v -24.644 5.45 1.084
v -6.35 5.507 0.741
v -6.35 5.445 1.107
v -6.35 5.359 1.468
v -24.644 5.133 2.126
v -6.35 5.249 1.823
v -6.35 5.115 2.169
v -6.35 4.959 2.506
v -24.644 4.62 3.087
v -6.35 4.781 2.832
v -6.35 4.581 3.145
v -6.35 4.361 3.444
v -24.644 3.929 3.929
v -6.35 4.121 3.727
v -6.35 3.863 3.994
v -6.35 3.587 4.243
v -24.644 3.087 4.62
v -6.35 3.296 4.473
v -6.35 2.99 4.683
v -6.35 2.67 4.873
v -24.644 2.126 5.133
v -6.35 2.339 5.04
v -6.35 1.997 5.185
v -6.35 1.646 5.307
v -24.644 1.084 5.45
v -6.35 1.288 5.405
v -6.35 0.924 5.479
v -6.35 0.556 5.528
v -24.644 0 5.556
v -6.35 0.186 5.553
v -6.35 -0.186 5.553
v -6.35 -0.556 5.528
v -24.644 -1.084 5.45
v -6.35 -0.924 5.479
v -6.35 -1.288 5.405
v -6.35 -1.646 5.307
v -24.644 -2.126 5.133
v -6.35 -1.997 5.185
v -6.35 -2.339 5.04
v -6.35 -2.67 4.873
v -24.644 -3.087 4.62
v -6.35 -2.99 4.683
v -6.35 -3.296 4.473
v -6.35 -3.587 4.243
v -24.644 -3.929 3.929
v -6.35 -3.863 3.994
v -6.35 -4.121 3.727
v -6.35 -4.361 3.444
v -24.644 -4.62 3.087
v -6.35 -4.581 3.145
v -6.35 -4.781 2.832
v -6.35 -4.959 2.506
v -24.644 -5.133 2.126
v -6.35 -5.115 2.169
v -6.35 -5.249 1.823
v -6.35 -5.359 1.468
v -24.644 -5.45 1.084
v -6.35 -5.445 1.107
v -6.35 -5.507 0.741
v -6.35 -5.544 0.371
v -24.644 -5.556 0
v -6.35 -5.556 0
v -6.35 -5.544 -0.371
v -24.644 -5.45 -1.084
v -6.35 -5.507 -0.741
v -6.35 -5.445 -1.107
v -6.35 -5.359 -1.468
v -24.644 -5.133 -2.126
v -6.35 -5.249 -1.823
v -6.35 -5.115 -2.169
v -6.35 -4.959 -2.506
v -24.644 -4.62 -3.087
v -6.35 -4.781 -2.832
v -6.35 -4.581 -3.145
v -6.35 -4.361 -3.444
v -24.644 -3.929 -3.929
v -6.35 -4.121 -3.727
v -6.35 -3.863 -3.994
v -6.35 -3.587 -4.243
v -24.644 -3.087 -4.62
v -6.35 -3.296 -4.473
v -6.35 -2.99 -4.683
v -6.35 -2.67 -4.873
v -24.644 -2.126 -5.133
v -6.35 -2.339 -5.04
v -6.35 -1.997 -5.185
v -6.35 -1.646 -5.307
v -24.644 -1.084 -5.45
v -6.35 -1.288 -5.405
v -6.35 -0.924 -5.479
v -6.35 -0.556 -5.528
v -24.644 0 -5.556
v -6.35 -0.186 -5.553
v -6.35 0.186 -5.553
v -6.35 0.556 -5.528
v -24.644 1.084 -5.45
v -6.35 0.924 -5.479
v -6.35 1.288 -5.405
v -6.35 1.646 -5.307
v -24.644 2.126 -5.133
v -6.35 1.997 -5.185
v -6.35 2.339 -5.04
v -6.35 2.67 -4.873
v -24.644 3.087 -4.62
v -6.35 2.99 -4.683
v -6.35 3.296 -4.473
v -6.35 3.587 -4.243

• **Activity**
Produce a word-for-word copy of everything above from the line holding "v -6.35 -1.646 5.307" down to the line holding "v -6.35 -3.587 -4.243", with both of those lines kept.

• **Result of the exercise**
v -6.35 -1.646 5.307
v -24.644 -2.126 5.133
v -6.35 -1.997 5.185
v -6.35 -2.339 5.04
v -6.35 -2.67 4.873
v -24.644 -3.087 4.62
v -6.35 -2.99 4.683
v -6.35 -3.296 4.473
v -6.35 -3.587 4.243
v -24.644 -3.929 3.929
v -6.35 -3.863 3.994
v -6.35 -4.121 3.727
v -6.35 -4.361 3.444
v -24.644 -4.62 3.087
v -6.35 -4.581 3.145
v -6.35 -4.781 2.832
v -6.35 -4.959 2.506
v -24.644 -5.133 2.126
v -6.35 -5.115 2.169
v -6.35 -5.249 1.823
v -6.35 -5.359 1.468
v -24.644 -5.45 1.084
v -6.35 -5.445 1.107
v -6.35 -5.507 0.741
v -6.35 -5.544 0.371
v -24.644 -5.556 0
v -6.35 -5.556 0
v -6.35 -5.544 -0.371
v -24.644 -5.45 -1.084
v -6.35 -5.507 -0.741
v -6.35 -5.445 -1.107
v -6.35 -5.359 -1.468
v -24.644 -5.133 -2.126
v -6.35 -5.249 -1.823
v -6.35 -5.115 -2.169
v -6.35 -4.959 -2.506
v -24.644 -4.62 -3.087
v -6.35 -4.781 -2.832
v -6.35 -4.581 -3.145
v -6.35 -4.361 -3.444
v -24.644 -3.929 -3.929
v -6.35 -4.121 -3.727
v -6.35 -3.863 -3.994
v -6.35 -3.587 -4.243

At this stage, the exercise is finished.